Bild: Fruchtwasseruntersuchung gelten zu 98 Prozent als sicher. Bleiben noch 2 …
Meine Mutter fürchtete sich. Sie hatte so viel Beunruhigendes über
Fruchtwasseruntersuchungen gehört, dass sie tagelang nicht schlafen konnte.
Es war das Jahr 1991, ich besuchte die sechste Klasse eines Gymnasiums,
nach dem Unterricht musste ich mir alleine zu Hause das Essen warm machen,
weil meine Eltern arbeiteten. Wir führten ein geregeltes Leben in einer
kleinen Mietwohnung in Herne, als meine Mutter nach zwei Töchtern ganz
unerwartet mit meinem Bruder schwanger wurde.
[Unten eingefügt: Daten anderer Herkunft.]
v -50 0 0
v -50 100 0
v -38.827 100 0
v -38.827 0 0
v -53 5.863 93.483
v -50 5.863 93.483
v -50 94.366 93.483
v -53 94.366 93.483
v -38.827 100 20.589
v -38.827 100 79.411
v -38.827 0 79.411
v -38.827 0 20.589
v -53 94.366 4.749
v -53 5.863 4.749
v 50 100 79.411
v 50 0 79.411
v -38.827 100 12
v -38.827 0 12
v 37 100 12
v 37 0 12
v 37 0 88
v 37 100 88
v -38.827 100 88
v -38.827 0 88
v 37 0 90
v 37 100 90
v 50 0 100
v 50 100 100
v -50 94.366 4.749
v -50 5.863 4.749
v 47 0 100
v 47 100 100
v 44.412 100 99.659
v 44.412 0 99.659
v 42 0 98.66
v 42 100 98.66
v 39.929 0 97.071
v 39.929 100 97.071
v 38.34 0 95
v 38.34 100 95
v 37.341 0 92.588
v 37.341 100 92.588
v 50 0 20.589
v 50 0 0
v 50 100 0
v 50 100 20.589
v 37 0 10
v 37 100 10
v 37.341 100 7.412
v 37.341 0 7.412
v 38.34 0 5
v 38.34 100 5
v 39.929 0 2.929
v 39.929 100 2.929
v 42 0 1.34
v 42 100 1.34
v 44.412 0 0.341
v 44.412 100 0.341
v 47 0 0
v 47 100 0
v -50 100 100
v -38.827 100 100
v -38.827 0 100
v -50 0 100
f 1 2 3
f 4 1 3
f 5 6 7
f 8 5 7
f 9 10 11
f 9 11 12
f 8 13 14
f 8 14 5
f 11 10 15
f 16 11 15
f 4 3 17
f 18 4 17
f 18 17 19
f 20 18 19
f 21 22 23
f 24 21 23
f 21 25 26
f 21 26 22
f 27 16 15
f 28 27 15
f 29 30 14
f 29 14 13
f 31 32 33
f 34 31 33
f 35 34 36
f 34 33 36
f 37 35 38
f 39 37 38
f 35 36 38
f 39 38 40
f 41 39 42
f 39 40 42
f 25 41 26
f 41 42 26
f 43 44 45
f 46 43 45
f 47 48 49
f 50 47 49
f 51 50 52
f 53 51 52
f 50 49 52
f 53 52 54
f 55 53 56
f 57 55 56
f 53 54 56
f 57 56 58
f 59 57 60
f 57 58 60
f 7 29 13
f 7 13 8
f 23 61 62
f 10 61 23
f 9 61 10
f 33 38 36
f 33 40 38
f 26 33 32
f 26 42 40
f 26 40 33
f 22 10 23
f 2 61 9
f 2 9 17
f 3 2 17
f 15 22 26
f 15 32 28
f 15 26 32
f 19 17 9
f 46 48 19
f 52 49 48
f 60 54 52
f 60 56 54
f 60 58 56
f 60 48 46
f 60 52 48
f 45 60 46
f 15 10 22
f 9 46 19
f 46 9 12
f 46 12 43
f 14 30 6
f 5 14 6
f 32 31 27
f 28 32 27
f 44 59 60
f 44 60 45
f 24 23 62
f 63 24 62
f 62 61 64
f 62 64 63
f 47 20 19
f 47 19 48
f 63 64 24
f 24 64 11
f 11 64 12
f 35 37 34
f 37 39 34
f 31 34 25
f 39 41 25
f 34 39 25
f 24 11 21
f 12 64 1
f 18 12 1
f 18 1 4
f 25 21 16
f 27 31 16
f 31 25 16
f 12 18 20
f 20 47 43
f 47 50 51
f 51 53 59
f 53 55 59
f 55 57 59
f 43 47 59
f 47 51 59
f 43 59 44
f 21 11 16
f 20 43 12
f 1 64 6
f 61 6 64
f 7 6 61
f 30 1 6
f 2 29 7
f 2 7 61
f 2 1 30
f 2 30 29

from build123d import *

# Parameters (mm, degrees)
SKETCH2_W           = 100
SKETCH2_H           = 100
BOSS_EXTRUDE2_DEPTH = 100
SKETCH4_W           = 88.827102195
SKETCH4_H           = 58.821478126
CUT_EXTRUDE1_DEPTH  = 100
SKETCH6_W           = 88.733960409
SKETCH6_H           = 88.503004296
BOSS_EXTRUDE3_DEPTH = 3


with BuildPart() as part:
    # Sketch2 → Boss-Extrude2 (new body)
    with BuildSketch(Plane.XY):
        with Locations((0, 50)):
            Rectangle(SKETCH2_W, SKETCH2_H)
    extrude(amount=BOSS_EXTRUDE2_DEPTH)

    # Sketch4 → Cut-Extrude1 (cut)
    with BuildSketch(Plane(origin=(0, 100, 0), x_dir=(1, 0, 0), z_dir=(0, 1, 0))):
        with Locations((5.586448902, -50)):
            Rectangle(SKETCH4_W, SKETCH4_H)
        with BuildLine():
            Line((-38.827102195, -88), (-38.827102195, -100))
            Line((-38.827102195, -100), (47, -100))
            ThreePointArc((47, -100), (39.928932188, -97.071067812), (37, -90))
            Line((37, -90), (37, -88))
            Line((37, -88), (-38.827102195, -88))
        make_face()
        with BuildLine():
            Line((47, 0), (-38.827102195, 0))
            Line((-38.827102195, 0), (-38.827102195, -12))
            Line((-38.827102195, -12), (37, -12))
            Line((37, -12), (37, -10))
            ThreePointArc((37, -10), (39.928932188, -2.928932188), (47, 0))
        make_face()
    extrude(amount=-CUT_EXTRUDE1_DEPTH, mode=Mode.SUBTRACT)

    # Sketch6 → Boss-Extrude3 (add)
    with BuildSketch(Plane.ZY.offset(50)):
        with Locations((49.115734201, 50.114251056)):
            Rectangle(SKETCH6_W, SKETCH6_H)
    extrude(amount=BOSS_EXTRUDE3_DEPTH)


solid = part.part
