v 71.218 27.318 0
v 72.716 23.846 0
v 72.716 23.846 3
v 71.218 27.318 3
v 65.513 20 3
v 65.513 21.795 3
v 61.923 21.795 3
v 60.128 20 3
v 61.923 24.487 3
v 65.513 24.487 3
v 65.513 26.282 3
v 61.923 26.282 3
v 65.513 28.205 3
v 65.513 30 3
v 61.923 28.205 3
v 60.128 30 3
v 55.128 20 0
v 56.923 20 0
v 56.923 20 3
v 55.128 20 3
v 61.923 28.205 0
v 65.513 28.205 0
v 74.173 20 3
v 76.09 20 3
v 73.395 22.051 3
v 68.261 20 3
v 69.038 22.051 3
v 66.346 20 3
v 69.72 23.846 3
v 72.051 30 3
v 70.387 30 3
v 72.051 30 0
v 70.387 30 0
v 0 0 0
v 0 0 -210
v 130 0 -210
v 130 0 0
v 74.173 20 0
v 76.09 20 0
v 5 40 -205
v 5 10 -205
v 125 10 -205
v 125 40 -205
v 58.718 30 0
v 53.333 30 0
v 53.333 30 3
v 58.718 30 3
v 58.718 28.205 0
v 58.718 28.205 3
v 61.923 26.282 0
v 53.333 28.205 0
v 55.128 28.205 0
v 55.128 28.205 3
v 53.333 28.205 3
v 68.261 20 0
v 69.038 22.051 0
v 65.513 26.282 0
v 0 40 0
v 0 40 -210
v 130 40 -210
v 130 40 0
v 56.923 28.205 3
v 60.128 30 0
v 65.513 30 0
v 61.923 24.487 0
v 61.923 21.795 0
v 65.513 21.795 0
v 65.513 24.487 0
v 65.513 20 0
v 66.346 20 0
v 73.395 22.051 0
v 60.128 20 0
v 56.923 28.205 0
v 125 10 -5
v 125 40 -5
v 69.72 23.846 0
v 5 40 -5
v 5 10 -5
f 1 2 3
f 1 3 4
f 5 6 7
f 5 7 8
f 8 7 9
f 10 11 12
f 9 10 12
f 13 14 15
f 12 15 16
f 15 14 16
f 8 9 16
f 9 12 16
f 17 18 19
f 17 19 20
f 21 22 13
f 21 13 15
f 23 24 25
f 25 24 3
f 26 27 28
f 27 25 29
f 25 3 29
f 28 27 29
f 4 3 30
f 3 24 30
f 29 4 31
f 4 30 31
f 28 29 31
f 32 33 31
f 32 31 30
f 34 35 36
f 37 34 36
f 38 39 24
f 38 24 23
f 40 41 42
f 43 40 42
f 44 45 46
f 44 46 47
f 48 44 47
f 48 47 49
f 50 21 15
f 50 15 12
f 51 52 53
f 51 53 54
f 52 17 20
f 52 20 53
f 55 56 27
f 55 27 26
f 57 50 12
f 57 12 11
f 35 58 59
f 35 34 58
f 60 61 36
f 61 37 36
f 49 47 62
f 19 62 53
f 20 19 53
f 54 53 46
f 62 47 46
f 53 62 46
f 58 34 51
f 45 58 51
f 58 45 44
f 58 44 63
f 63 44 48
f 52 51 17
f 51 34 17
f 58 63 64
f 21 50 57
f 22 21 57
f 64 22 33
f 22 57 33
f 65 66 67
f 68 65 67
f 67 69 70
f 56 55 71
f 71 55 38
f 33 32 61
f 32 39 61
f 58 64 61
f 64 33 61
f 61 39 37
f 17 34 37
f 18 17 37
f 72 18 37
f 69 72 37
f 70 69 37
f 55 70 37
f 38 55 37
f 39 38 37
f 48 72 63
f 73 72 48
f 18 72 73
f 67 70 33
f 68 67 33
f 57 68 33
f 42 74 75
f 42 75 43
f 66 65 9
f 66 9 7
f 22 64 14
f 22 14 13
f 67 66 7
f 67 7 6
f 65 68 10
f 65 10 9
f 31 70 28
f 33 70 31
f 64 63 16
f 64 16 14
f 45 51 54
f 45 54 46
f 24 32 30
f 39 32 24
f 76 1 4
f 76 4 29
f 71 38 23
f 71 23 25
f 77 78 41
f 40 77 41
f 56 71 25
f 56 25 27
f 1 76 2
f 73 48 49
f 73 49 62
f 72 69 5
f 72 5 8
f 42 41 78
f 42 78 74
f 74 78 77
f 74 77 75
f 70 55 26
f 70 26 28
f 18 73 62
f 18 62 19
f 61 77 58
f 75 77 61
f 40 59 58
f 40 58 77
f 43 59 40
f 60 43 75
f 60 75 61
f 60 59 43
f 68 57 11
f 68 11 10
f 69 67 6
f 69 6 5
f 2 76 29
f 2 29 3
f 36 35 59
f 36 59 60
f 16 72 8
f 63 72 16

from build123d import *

# Parameters (mm, degrees)
SKETCH1_W           = 130
SKETCH1_H           = 210
BOSS_EXTRUDE1_DEPTH = 10
SKETCH2_W           = 130
SKETCH2_H           = 210
SKETCH2_W_2         = 120
SKETCH2_H_2         = 200
BOSS_EXTRUDE2_DEPTH = 30
BOSS_EXTRUDE3_DEPTH = 3


with BuildPart() as part:
    # Sketch1 → Boss-Extrude1 (new body)
    with BuildSketch(Plane(origin=(0, 0, 0), x_dir=(1, 0, 0), z_dir=(0, 1, 0))):
        with Locations((65, 105)):
            Rectangle(SKETCH1_W, SKETCH1_H)
    extrude(amount=BOSS_EXTRUDE1_DEPTH)

    # Sketch2 → Boss-Extrude2 (add)
    with BuildSketch(Plane(origin=(0, 10, 0), x_dir=(1, 0, 0), z_dir=(0, 1, 0))):
        with Locations((65, 105)):
            Rectangle(SKETCH2_W, SKETCH2_H)
        with Locations((65, 105)):
            Rectangle(SKETCH2_W_2, SKETCH2_H_2, mode=Mode.SUBTRACT)
    extrude(amount=BOSS_EXTRUDE2_DEPTH)

    # Sketch3 → Boss-Extrude3 (add)
    # profile 1 of 3: a face of its own
    with BuildSketch(Plane.XY):
        Polygon((53.333333333, 30), (58.717948718, 30), (58.717948718, 28.205128205), (56.923076923, 28.205128205), (56.923076923, 20), (55.128205128, 20), (55.128205128, 28.205128205), (53.333333333, 28.205128205), align=None)
    # profile 2 of 3: a face of its own
    with BuildSketch(Plane.XY):
        Polygon((60.128205128, 30), (65.512820513, 30), (65.512820513, 28.205128205), (61.923076923, 28.205128205), (61.923076923, 26.282051282), (65.512820513, 26.282051282), (65.512820513, 24.487179487), (61.923076923, 24.487179487), (61.923076923, 21.794871795), (65.512820513, 21.794871795), (65.512820513, 20), (60.128205128, 20), align=None)
    # profile 3 of 3: a face of its own
    with BuildSketch(Plane.XY):
        Polygon((70.38661859, 30), (72.051282051, 30), (76.08974359, 20), (74.172676282, 20), (73.395432692, 22.051282051), (69.038461538, 22.051282051), (68.261217949, 20), (66.346153846, 20), align=None)
        Polygon((71.217948718, 27.317708333), (69.719551282, 23.846153846), (72.716346154, 23.846153846), align=None, mode=Mode.SUBTRACT)
    extrude(amount=BOSS_EXTRUDE3_DEPTH)


solid = part.part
Bei Frauen steigt das statistische Risiko, ein Kind mit dem Downsyndrom auf
die Welt zu bringen, je älter sie sind. Meine Mutter war zwar erst 35 Jahre
alt, aber ihr Frauenarzt riet ihr vorsorglich zu einer
Fruchtwasseruntersuchung. Zwar liegt die Wahrscheinlichkeit, ein Kind mit
einem Gendefekt zu bekommen, in diesem Alter bei mageren 0,3 Prozent, „aber
sicher ist sicher“, sagte Doktor D. zu meiner Mutter.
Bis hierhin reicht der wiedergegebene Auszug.